Mitigating the Backdoor Effect for Multi-Task Model Merging via Safety-Aware Subspace

Jinluan Yang,Anke Tang,Didi Zhu,Zhengyu Chen,Li Shen,Fei Wu
2024-10-17
Abstract:Model merging has gained significant attention as a cost-effective approach to integrate multiple single-task fine-tuned models into a unified one that can perform well on multiple tasks. However, existing model merging techniques primarily focus on resolving conflicts between task-specific models, they often overlook potential security threats, particularly the risk of backdoor attacks in the open-source model ecosystem. In this paper, we first investigate the vulnerabilities of existing model merging methods to backdoor attacks, identifying two critical challenges: backdoor succession and backdoor transfer. To address these issues, we propose a novel Defense-Aware Merging (DAM) approach that simultaneously mitigates task interference and backdoor vulnerabilities. Specifically, DAM employs a meta-learning-based optimization method with dual masks to identify a shared and safety-aware subspace for model merging. These masks are alternately optimized: the Task-Shared mask identifies common beneficial parameters across tasks, aiming to preserve task-specific knowledge while reducing interference, while the Backdoor-Detection mask isolates potentially harmful parameters to neutralize security threats. This dual-mask design allows us to carefully balance the preservation of useful knowledge and the removal of potential vulnerabilities. Compared to existing merging methods, DAM achieves a more favorable balance between performance and security, reducing the attack success rate by 2-10 percentage points while sacrificing only about 1% in accuracy. Furthermore, DAM exhibits robust performance and broad applicability across various types of backdoor attacks and the number of compromised models involved in the merging process. We will release the codes and models soon.
Cryptography and Security,Machine Learning
What problem does this paper attempt to address?

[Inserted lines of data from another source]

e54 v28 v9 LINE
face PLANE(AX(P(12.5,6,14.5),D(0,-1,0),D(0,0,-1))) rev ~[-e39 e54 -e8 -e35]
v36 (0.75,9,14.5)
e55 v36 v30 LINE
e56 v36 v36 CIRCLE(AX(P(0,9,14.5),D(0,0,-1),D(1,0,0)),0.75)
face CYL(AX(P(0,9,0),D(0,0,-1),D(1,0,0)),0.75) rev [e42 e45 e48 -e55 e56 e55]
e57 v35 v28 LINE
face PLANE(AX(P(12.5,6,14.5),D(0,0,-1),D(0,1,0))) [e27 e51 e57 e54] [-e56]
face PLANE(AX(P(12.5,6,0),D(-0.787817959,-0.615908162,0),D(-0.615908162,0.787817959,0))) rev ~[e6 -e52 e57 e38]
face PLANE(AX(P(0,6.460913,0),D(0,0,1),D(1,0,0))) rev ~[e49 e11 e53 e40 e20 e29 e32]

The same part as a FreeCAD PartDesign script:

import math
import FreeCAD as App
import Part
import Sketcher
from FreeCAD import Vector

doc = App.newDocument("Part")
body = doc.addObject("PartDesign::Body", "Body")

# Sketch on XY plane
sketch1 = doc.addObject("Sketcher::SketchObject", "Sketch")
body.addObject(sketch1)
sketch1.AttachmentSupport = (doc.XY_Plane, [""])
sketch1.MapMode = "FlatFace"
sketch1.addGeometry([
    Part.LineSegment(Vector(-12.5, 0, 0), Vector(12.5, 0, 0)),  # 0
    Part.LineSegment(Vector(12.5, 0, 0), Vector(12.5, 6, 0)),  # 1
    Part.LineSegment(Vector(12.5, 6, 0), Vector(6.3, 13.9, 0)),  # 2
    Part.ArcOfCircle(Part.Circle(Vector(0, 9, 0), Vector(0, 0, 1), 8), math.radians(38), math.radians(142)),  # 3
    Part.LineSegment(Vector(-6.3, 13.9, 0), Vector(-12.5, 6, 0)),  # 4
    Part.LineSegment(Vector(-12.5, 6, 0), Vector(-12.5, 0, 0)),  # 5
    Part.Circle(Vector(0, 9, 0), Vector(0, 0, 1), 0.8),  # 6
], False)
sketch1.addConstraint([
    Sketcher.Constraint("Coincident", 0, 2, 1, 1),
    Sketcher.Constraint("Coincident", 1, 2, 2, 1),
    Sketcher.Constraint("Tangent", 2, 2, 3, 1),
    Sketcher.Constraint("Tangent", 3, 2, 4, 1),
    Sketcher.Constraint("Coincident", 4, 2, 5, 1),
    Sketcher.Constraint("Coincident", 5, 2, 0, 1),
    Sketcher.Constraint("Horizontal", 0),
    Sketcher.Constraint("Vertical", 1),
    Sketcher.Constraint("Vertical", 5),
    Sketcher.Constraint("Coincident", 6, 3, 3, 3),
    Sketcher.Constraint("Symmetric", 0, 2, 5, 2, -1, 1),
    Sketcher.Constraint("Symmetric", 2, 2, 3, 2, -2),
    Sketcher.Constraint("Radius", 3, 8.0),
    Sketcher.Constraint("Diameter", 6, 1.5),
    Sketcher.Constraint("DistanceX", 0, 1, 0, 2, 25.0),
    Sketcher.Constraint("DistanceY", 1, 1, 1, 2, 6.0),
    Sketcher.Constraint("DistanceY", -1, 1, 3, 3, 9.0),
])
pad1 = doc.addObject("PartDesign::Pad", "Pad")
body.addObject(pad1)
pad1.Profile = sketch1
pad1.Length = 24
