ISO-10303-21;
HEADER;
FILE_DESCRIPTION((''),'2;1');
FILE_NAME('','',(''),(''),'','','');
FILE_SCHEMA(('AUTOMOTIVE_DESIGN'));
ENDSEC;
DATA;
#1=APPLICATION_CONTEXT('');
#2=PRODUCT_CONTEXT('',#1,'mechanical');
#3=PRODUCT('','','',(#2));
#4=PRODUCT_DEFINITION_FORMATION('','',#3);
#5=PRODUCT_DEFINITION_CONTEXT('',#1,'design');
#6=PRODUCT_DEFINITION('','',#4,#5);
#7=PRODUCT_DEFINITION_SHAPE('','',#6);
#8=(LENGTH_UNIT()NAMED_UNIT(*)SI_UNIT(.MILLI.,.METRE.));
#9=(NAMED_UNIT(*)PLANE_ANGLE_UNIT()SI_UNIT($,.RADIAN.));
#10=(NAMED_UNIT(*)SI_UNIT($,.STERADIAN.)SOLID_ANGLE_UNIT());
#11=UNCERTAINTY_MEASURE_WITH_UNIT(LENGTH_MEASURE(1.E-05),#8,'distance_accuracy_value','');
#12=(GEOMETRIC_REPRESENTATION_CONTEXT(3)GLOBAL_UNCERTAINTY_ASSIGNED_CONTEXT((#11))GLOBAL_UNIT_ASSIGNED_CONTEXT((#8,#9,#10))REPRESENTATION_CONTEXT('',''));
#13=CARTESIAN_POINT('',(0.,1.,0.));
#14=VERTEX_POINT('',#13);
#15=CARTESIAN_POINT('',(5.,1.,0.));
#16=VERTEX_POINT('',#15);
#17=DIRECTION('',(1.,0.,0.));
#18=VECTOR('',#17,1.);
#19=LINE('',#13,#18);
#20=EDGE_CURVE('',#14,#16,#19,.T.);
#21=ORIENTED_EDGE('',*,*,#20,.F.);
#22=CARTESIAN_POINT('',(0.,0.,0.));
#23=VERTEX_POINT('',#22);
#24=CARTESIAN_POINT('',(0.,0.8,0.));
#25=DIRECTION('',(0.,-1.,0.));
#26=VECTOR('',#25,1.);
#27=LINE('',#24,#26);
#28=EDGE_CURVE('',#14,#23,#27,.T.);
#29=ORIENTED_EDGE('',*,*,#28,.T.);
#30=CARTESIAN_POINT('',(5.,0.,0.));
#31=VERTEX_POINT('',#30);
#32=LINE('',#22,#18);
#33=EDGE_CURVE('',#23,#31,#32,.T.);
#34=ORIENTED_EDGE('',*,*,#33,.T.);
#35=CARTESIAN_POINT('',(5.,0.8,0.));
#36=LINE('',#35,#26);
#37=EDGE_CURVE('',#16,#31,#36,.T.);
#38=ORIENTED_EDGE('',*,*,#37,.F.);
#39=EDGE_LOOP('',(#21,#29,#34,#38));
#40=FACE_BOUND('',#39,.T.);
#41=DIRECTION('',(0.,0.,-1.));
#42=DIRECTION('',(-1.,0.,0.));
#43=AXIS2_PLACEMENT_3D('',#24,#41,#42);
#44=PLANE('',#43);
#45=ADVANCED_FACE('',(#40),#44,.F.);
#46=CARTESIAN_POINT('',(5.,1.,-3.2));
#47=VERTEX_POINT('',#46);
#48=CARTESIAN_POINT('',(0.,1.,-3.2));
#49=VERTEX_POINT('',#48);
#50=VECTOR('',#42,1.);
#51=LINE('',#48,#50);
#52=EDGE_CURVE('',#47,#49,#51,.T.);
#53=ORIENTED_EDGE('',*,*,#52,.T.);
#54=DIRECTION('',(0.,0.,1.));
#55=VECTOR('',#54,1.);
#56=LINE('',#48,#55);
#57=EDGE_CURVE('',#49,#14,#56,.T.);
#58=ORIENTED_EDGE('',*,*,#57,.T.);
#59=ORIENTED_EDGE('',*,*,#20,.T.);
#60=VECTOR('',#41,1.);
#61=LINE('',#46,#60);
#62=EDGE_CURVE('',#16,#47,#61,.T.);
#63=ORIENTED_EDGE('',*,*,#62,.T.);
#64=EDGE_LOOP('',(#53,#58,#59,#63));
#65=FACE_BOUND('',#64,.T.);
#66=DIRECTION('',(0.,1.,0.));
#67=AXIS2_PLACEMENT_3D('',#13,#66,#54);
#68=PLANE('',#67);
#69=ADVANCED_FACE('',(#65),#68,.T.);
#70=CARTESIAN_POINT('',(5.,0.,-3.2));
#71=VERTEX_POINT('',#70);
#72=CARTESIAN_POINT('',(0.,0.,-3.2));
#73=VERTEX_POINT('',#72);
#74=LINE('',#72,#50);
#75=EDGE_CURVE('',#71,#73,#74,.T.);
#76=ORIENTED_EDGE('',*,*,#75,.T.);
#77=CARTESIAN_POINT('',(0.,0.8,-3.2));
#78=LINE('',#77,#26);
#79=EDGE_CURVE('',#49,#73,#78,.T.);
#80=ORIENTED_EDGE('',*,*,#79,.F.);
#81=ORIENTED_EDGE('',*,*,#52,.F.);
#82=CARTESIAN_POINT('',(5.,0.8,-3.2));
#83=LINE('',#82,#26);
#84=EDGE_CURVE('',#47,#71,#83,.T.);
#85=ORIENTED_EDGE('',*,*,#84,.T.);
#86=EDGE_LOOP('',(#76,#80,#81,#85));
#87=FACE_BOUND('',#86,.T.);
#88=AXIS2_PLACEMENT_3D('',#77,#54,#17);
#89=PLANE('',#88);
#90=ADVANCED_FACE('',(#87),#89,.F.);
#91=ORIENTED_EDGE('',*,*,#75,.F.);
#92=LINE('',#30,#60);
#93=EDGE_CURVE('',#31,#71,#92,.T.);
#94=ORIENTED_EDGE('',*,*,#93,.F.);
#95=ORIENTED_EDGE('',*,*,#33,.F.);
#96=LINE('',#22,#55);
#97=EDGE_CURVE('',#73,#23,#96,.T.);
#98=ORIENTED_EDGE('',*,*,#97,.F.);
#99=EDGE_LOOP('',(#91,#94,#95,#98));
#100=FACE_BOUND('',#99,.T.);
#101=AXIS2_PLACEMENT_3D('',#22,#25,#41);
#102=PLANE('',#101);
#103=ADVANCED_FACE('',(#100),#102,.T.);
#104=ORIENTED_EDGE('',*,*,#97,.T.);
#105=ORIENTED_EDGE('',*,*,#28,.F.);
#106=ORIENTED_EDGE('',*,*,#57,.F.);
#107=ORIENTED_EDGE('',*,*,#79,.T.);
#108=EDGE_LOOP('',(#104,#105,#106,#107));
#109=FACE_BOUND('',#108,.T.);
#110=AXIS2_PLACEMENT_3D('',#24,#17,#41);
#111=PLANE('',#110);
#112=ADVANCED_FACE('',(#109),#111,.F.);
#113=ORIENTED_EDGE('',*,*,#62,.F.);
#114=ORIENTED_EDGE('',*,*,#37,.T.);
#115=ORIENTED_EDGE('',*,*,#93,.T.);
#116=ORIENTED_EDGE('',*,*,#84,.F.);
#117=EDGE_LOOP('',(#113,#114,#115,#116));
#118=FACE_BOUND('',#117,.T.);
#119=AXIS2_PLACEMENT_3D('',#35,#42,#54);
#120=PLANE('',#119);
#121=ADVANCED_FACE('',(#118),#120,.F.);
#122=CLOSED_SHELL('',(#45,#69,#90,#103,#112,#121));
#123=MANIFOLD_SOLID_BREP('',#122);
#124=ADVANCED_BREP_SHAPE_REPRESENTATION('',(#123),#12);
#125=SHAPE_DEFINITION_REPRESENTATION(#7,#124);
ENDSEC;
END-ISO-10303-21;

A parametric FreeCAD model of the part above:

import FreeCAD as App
import Part
import Sketcher

V = App.Vector


def add_polygon(sketch, points):
    """Adds a closed chain of lines whose ends are joined by coincident constraints."""
    first, n = sketch.GeometryCount, len(points)
    for a, b in zip(points, points[1:] + points[:1]):
        sketch.addGeometry(Part.LineSegment(App.Vector(*a, 0), App.Vector(*b, 0)), False)
    for i in range(n):
        sketch.addConstraint(Sketcher.Constraint("Coincident", first + i, 2, first + (i + 1) % n, 1))

doc = App.newDocument("Part")
body = doc.addObject("PartDesign::Body", "Body")

sketch1 = body.newObject("Sketcher::SketchObject", "Sketch")
sketch1.AttachmentSupport = (doc.getObject("XZ_Plane"), [""])
sketch1.MapMode = "FlatFace"
add_polygon(sketch1, [(0, -3.2), (0, 0), (5, 0), (5, -3.2)])
sketch1.addConstraint(Sketcher.Constraint("Vertical", 0))
sketch1.addConstraint(Sketcher.Constraint("Horizontal", 1))
sketch1.addConstraint(Sketcher.Constraint("Vertical", 2))
sketch1.addConstraint(Sketcher.Constraint("Horizontal", 3))
sketch1.addConstraint(Sketcher.Constraint("Coincident", 0, 2, -1, 1))
sketch1.addConstraint(Sketcher.Constraint("DistanceX", 1, 1, 1, 2, 5.0))
sketch1.addConstraint(Sketcher.Constraint("DistanceY", 0, 1, 0, 2, 3.2))
pad1 = body.newObject("PartDesign::Pad", "Pad")
pad1.Profile = sketch1
pad1.Length = 0.8
pad1.Reversed = True

sketch2 = body.newObject("Sketcher::SketchObject", "Sketch001")
sketch2.AttachmentSupport = (doc.getObject("XZ_Plane"), [""])
sketch2.MapMode = "FlatFace"
sketch2.AttachmentOffset = App.Placement(V(0, 0, -0.8), App.Rotation())
add_polygon(sketch2, [(0, -3.2), (0, 0), (5, 0), (5, -3.2)])
sketch2.addConstraint(Sketcher.Constraint("Vertical", 0))
sketch2.addConstraint(Sketcher.Constraint("Horizontal", 1))
sketch2.addConstraint(Sketcher.Constraint("Vertical", 2))
sketch2.addConstraint(Sketcher.Constraint("Horizontal", 3))
sketch2.addConstraint(Sketcher.Constraint("Coincident", 0, 2, -1, 1))
sketch2.addConstraint(Sketcher.Constraint("DistanceX", 1, 1, 1, 2, 5.0))
sketch2.addConstraint(Sketcher.Constraint("DistanceY", 0, 1, 0, 2, 3.2))
pad2 = body.newObject("PartDesign::Pad", "Pad001")
pad2.Profile = sketch2
pad2.Length = 0.2
pad2.Reversed = True

doc.recompute()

The problem that this paper attempts to solve is the backdoor attack problem during the multi - task model merging process. Specifically, existing model merging techniques mainly focus on resolving conflicts between specific - task models, but often overlook potential security threats, especially the risk of backdoor attacks in the open - source model ecosystem. The two key challenges mentioned in the paper are: 1. **Backdoor Succession**: That is, one or more models with backdoors still have harmful elements in the merged model. 2. **Backdoor Transfer**: That is, the harmful elements in the models with backdoors will spread to clean models, affecting their security and performance. To address these challenges, the authors propose a new Defense - Aware Merging (DAM) algorithm, which simultaneously mitigates task interference and backdoor vulnerabilities by identifying shared and secure sub - spaces. DAM adopts a meta - learning optimization method and introduces two specialized masks: - **Task - Shared Mask**: Used to identify the common beneficial parameters among different tasks, aiming to preserve task - specific knowledge and reduce interference. - **Backdoor - Detection Mask**: Used to detect parameters that may be related to backdoor threats, isolate and neutralize harmful elements. These two masks are alternately optimized to remove potential vulnerabilities while retaining useful knowledge. Experimental results show that DAM has a significant improvement (2 - 10 percentage points) in reducing the attack success rate compared to existing merging methods, while sacrificing only about 1% of the accuracy. In summary, the main contribution of this paper lies in revealing the vulnerability of current multi - task merging methods under backdoor attacks and proposing an effective solution to balance performance and security.